I actually was intending on getting something else this morning, I didn't really know what, but part of me has always wanted a Canada Goose for a while now. It's always sat there in the back of my mind. Not only are they massive beautiful birds, their freakin' tough. They're basically the honey badger of the goose world.

As I was biking along the river to my favorite spot for hunting, it was 7am and still very dark out. I could hear a flock of Canada Geese along the river, but couldn't see very well as sunrise was soon but hadn't happened yet.. I stopped and hopped off my bike, walked up to the edge of the bank. The bank is elevated, it sits high above the river. As I approached I looked down and there were a flock of about 10 swimming/floating by with their sides to me. They were very close so I grabbed my Hathcock Target Sniper from my man purse and drew on the closest one. She was still floating by so I had to aim slightly in front of her. I timed my shot just right and connected with a head-shot.

She stuffed her head into the river and started flapping against the water... All the other geese at this point scattered and ended up flying off. There I was thinking about how I was going to retrieve this goose? I had to move fast because I was concerned she maybe just hurt, and maybe I didn't hit her head. I slid down the bank as fast as I could and jumped fully clothed into the water swimming towards her. Grabbed her neck, and at this point she stopped moving... When I swam back to the bank I saw it was a head-shot just behind her eye. Sometimes their nerves cause them to flap even though they are no longer alive, I was glad to see this was the case and not that she was suffering.
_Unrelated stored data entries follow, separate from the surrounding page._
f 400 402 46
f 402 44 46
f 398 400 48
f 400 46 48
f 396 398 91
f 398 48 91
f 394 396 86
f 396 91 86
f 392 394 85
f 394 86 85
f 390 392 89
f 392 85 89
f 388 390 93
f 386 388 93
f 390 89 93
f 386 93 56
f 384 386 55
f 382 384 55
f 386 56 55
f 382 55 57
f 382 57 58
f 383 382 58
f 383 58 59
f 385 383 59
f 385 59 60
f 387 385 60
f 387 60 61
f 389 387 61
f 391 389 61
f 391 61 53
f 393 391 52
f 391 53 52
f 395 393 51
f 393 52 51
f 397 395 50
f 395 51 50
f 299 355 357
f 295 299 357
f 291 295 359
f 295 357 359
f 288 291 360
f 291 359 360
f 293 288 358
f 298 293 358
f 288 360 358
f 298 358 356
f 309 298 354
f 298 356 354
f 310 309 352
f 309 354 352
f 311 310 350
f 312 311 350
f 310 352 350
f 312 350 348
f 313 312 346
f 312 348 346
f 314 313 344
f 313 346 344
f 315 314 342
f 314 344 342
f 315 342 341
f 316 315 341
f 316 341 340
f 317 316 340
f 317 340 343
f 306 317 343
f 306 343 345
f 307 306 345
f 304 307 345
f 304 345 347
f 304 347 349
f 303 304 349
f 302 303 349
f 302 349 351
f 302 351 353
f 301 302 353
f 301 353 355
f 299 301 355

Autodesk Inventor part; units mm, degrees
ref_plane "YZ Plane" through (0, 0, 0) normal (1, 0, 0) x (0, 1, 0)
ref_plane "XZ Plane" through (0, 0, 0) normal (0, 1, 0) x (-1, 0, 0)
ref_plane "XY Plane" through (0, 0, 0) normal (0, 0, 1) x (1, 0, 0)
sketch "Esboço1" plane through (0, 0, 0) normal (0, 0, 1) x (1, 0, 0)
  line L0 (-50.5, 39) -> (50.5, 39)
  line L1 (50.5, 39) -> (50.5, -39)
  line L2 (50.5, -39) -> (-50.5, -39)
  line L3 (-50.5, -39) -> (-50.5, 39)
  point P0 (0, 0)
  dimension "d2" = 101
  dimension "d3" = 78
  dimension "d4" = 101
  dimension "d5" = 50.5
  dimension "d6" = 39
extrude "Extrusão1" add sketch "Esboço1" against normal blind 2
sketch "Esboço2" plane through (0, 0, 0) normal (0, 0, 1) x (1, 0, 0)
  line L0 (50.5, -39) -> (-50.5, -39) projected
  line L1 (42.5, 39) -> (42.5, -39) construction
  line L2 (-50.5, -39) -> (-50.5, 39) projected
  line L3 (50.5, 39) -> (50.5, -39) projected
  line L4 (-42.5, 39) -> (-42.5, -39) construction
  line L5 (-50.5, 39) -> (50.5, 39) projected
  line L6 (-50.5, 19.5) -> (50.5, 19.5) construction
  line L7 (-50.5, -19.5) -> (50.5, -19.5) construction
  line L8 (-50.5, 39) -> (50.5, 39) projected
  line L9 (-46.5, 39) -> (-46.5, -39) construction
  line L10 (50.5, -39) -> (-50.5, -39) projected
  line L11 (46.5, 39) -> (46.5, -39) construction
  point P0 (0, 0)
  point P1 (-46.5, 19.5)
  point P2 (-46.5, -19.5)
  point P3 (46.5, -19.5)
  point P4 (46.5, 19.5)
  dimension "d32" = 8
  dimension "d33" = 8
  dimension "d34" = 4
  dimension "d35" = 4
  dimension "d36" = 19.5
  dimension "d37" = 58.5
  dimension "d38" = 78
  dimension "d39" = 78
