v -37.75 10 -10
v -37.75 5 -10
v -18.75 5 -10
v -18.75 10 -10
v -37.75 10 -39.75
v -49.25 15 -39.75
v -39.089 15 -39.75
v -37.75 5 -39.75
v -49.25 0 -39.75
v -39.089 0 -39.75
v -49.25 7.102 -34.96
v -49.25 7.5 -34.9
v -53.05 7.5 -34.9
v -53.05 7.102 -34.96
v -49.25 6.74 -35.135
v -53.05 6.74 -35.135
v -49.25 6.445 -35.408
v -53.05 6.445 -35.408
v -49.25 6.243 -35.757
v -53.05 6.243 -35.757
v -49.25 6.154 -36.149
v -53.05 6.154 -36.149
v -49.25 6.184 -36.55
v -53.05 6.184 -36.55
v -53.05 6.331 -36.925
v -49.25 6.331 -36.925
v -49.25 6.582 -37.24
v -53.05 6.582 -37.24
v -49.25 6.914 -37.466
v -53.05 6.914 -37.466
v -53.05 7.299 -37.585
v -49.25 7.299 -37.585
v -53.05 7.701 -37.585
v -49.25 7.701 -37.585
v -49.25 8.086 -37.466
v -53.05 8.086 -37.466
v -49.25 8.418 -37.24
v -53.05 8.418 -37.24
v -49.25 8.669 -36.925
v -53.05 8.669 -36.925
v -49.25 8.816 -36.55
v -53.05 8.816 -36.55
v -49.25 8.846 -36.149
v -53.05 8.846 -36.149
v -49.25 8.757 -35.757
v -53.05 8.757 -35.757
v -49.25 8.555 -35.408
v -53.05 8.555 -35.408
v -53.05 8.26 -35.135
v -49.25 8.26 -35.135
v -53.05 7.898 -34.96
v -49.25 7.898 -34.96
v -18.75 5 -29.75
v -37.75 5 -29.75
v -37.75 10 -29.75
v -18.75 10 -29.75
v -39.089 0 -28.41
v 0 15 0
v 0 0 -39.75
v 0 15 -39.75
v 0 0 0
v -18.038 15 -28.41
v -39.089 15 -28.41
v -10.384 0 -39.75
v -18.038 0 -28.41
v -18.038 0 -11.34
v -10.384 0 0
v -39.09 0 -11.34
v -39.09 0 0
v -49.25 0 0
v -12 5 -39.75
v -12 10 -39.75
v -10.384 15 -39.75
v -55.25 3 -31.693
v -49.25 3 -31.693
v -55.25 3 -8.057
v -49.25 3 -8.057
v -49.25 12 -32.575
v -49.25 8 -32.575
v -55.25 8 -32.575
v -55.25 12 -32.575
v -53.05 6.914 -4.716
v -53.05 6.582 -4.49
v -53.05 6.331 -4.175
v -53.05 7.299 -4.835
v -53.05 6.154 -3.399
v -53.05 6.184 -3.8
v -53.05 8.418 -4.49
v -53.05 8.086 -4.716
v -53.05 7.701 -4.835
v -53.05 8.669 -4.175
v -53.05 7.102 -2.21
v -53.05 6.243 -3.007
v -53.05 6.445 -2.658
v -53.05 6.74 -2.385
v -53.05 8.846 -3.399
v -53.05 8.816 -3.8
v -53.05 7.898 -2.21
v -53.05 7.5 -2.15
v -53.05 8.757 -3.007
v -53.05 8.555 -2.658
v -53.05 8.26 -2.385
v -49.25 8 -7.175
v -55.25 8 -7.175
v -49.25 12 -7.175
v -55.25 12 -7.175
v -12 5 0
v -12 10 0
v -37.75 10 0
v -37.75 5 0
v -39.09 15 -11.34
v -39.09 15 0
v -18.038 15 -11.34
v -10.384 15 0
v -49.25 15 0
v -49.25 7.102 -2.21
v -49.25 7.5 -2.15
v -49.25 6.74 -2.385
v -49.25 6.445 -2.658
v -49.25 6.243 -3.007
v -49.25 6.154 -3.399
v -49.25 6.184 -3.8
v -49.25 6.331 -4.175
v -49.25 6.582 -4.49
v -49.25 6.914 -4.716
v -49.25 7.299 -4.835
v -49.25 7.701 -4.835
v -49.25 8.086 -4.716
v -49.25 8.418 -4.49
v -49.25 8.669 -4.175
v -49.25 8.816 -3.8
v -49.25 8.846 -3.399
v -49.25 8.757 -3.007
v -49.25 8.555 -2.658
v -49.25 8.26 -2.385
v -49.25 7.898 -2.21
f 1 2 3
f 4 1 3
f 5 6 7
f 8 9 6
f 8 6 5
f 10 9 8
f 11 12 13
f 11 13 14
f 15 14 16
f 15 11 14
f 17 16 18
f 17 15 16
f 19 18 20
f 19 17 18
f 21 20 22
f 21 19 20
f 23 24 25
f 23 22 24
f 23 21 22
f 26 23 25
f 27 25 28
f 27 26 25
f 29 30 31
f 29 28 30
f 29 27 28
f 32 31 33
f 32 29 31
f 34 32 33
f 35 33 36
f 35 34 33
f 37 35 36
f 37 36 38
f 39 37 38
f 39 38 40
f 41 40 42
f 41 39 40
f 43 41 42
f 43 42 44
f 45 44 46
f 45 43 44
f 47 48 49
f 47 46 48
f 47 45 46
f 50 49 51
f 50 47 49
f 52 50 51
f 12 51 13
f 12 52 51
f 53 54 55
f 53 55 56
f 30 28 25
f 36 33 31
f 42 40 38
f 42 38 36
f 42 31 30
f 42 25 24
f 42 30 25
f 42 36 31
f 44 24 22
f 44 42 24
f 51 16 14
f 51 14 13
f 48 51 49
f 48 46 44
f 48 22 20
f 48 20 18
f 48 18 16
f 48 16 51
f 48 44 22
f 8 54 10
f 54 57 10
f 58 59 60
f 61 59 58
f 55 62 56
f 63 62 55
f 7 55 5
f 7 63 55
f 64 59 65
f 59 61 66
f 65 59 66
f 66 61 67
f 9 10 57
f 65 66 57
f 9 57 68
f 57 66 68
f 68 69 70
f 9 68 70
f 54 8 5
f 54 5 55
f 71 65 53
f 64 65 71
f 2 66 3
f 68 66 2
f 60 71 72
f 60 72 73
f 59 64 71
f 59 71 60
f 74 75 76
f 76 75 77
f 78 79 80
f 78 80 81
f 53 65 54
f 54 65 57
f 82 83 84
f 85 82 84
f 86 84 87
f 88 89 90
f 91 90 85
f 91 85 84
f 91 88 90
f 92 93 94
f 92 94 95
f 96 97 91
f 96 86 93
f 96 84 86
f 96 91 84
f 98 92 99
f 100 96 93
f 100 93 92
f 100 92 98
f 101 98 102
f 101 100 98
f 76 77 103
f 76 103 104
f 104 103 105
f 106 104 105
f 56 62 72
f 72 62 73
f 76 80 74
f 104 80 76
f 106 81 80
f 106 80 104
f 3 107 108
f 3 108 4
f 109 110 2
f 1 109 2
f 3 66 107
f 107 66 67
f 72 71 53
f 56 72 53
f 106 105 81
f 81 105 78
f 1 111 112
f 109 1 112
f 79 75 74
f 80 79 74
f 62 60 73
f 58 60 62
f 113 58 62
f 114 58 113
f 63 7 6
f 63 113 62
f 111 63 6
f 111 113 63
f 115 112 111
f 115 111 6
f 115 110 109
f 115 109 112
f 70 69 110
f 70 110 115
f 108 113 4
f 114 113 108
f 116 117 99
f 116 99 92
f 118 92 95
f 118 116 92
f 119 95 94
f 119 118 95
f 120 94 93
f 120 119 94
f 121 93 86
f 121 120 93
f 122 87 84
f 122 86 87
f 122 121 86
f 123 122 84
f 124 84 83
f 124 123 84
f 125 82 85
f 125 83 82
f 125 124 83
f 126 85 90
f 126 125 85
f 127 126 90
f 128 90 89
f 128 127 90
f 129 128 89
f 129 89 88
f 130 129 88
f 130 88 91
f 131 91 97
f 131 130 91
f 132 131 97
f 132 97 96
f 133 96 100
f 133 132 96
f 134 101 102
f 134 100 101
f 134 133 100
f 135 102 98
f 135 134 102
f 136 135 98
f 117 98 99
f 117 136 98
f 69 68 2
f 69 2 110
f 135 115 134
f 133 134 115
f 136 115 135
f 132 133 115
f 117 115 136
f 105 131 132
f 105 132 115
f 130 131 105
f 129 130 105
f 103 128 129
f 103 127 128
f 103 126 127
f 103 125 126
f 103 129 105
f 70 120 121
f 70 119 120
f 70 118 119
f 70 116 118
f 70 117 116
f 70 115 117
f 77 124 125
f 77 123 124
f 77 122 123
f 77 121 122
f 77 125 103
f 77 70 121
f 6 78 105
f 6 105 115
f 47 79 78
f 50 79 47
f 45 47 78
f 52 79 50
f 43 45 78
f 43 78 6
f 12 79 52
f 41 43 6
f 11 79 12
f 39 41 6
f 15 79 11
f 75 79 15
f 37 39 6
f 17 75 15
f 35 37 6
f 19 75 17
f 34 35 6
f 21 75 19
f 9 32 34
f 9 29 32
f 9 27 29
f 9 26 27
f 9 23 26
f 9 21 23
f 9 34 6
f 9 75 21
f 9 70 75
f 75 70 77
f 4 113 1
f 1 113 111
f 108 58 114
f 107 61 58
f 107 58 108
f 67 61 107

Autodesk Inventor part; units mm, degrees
ref_plane "YZ Plane" through (0, 0, 0) normal (1, 0, 0) x (0, 1, 0)
ref_plane "XZ Plane" through (0, 0, 0) normal (0, 1, 0) x (-1, 0, 0)
ref_plane "XY Plane" through (0, 0, 0) normal (0, 0, 1) x (1, 0, 0)
sketch "Sketch1" plane through (0, 0, 0) normal (0, 1, 0) x (-1, 0, 0)
  line L0 (0, 0) -> (49.25, 0)
  line L1 (49.25, 0) -> (49.25, -39.75)
  line L2 (49.25, -39.75) -> (0, -39.75)
  line L3 (0, -39.75) -> (0, 0)
  line L4 (49.25, 0) -> (37.75, 0)
  line L5 (37.75, 0) -> (37.75, -10)
  line L6 (37.75, -10) -> (18.75, -10)
  line L7 (0, 0) -> (12, 0)
  line L8 (12, 0) -> (18.75, -10)
  line L9 (49.25, -19.875) -> (61.5731, -19.875)
  line L10 (37.75, -39.75) -> (37.75, -29.75)
  line L11 (37.75, -29.75) -> (18.75, -29.75)
  line L12 (12, -39.75) -> (18.75, -29.75)
  dimension "d0" = 49.25
  dimension "d1" = 39.75
  dimension "d2" = 11.5
  dimension "d3" = 10
  dimension "d4" = 19
  dimension "d5" = 12
extrude "Extrusion1" add sketch "Sketch1" along normal blind 15 contours L0 L8 L6 L5 L1 L2 L10 L11 L12 L3
chamfer "Chamfer1" distance 5 angle 15 1 edges at (-28.25, 15, -10) measured on face at (-31.4167, 5, -10)
chamfer "Chamfer2" distance 5 angle 15 1 edges at (-15.375, 15, -5) measured on face at (-14.25, 8.3333, -3.3333)
chamfer "Chamfer3" distance 5 angle 15 1 edges at (-37.75, 15, -5) measured on face at (-37.75, 8.3333, -3.3333)
chamfer "Chamfer4" distance 5 angle 15 1 edges at (-37.75, 0, -5) measured on face at (-37.75, 3.3333, -3.3333)
chamfer "Chamfer5" distance 5 angle 15 1 edges at (-28.25, 0, -10) measured on face at (-25.0833, 5, -10)
chamfer "Chamfer6" distance 5 angle 15 1 edges at (-15.375, 0, -5) measured on face at (-14.25, 5, -3.3333)
chamfer "Chamfer7" distance 5 angle 15 1 edges at (-28.25, 15, -29.75) measured on face at (-25.0833, 5, -29.75)
chamfer "Chamfer8" distance 5 angle 15 1 edges at (-15.375, 15, -34.75) measured on face at (-14.25, 8.3333, -36.4167)
chamfer "Chamfer9" distance 5 angle 15 1 edges at (-15.375, 0, -34.75) measured on face at (-14.25, 6.6667, -36.4167)
chamfer "Chamfer10" distance 5 angle 15 1 edges at (-28.25, 0, -29.75) measured on face at (-31.4167, 5, -29.75)
chamfer "Chamfer11" distance 5 angle 15 1 edges at (-37.75, 15, -34.75) measured on face at (-37.75, 8.3333, -36.4167)
chamfer "Chamfer12" distance 5 angle 15 1 edges at (-37.75, 0, -34.75) measured on face at (-37.75, 5.0002, -36.4167)
sketch "Sketch2" plane through (-49.25, 0, -39.75) normal (-1, 0, 0) x (0, 0, 1)
  line L0 (39.75, 0) -> (0, 0) projected
  line L1 (19.875, 0) -> (7.175, 0)
  line L2 (7.175, 0) -> (32.575, 0)
  line L3 (32.575, 0) -> (32.575, 15)
  line L4 (28.4103, 15) -> (39.75, 15) projected
  line L5 (32.575, 7.5) -> (32.575, 3)
  line L6 (32.575, 3) -> (32.575, 12)
  line L7 (7.175, 0) -> (7.175, 15)
  line L8 (32.575, 12) -> (7.175, 12)
  line L9 (7.175, 12) -> (7.175, 3)
  line L10 (7.175, 3) -> (32.575, 3)
  line L11 (32.575, 3) -> (32.575, 12)
  point P0 (7.175, 12)
  dimension "d44" = 12.7
  dimension "d45" = 25.4
  dimension "d46" = 4.5
  dimension "d47" = 9
extrude "Extrusion2" add sketch "Sketch2" along normal blind 6 contours L10 L7 L8 L3
chamfer "Chamfer13" distance 5 angle 10 1 edges at (-52.25, 3, -32.575) measured on face at (-51.25, 9, -32.575)
chamfer "Chamfer14" distance 5 angle 10 1 edges at (-52.25, 3, -7.175) measured on face at (-51.25, 6, -7.175)
sketch "Sketch3" plane through (-49.25, 0, -39.75) normal (-1, 0, 0) x (0, 0, 1)
  line L0 (39.75, 0) -> (39.75, 15) projected
  line L1 (39.75, 7.5) -> (36.25, 7.5)
  line L2 (0, 15) -> (39.75, 15) projected
  line L3 (19.875, 15) -> (19.875, 18.5612)
  circle A0 centre (36.25, 7.5) radius 1.35
  circle A1 centre (3.5, 7.5) radius 1.35
  dimension "d56" = 3.5
  dimension "d57" = 2.7
extrude "Extrusion3" add sketch "Sketch3" along normal blind 3.8
properties part number "vga_plug"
Slingshot: Hathcock Target Sniper

Bands: 25mm to 20mm cut @ 9''

Pouch: SuperSure

Distance: 20ft (approx.)

View attachment 42846


View attachment 42847


I weighed her in at 10.8lbs.

Cheers,

Clever Moniker


----------



## youcanthide (Jun 16, 2013)

Well done mate, ones on my to do list too


----------



## August West (Jan 21, 2012)

Awesome shooting!


----------



## Crac (Mar 3, 2013)

:rofl: :bowdown: :bowdown: :bowdown:

waders for Christmas?

and WOW dude, just wow.


----------



## Rayshot (Feb 1, 2010)

Instant kills are far better. Good shot.


----------



## GHT (Jan 22, 2013)

Good shooting bud, lol @ jumping in fully clothed, I ended up falling in fully clothed this year out trout fishing, could of been dangerous...phew.


----------



## Charles (Aug 26, 2010)

Nice account, and good shooting! Canada geese have become a real pain in many places around here. They multiply very fast and have almost no predators in urban areas. They badly foul beaches and parks. You scored just in time for Canadian Thanksgiving!!!

Cheers ...... Charles


----------



## Clever Moniker (May 12, 2013)

Thanks for all the nice comments guys.



Charles said:


> Nice account, and good shooting! Canada geese have become a real pain in many places around here. They multiply very fast and have almost no predators in urban areas. They badly foul beaches and parks. You scored just in time for Canadian Thanksgiving!!!
> 
> Cheers ...... Charles


I would have liked to have roasted this one for Thanksgiving but I don't have the ability right now.  My stock pot isn't big enough to wax her. I ended up skinning and taking the breast and legs. It was still so much meat.


----------



## SuperMonkeySlinger (Jan 28, 2013)

Nice shooting bud! Awesome shot.
What ammo was you using? ( If i may ask )

SMS


----------



## Clever Moniker (May 12, 2013)

SuperMonkeySlinger said:


> Nice shooting bud! Awesome shot.
> What ammo was you using? ( If i may ask )
> 
> SMS


I think you already know SMS.  I chose out of respect to a certain individual on this forum not to post it.


----------



## Imperial (Feb 9, 2011)

i really like the honesty in your hunting post. for example, here you are concerned that it may be suffering because it might not of have been a clean shot. most people wouldnt even mention that fact. so i assume your willing to take the negative comments along with the praise :thumbsup: . geese make great security dogs and great dinners.


----------



## Aussie Allan In Thailand (Jan 28, 2013)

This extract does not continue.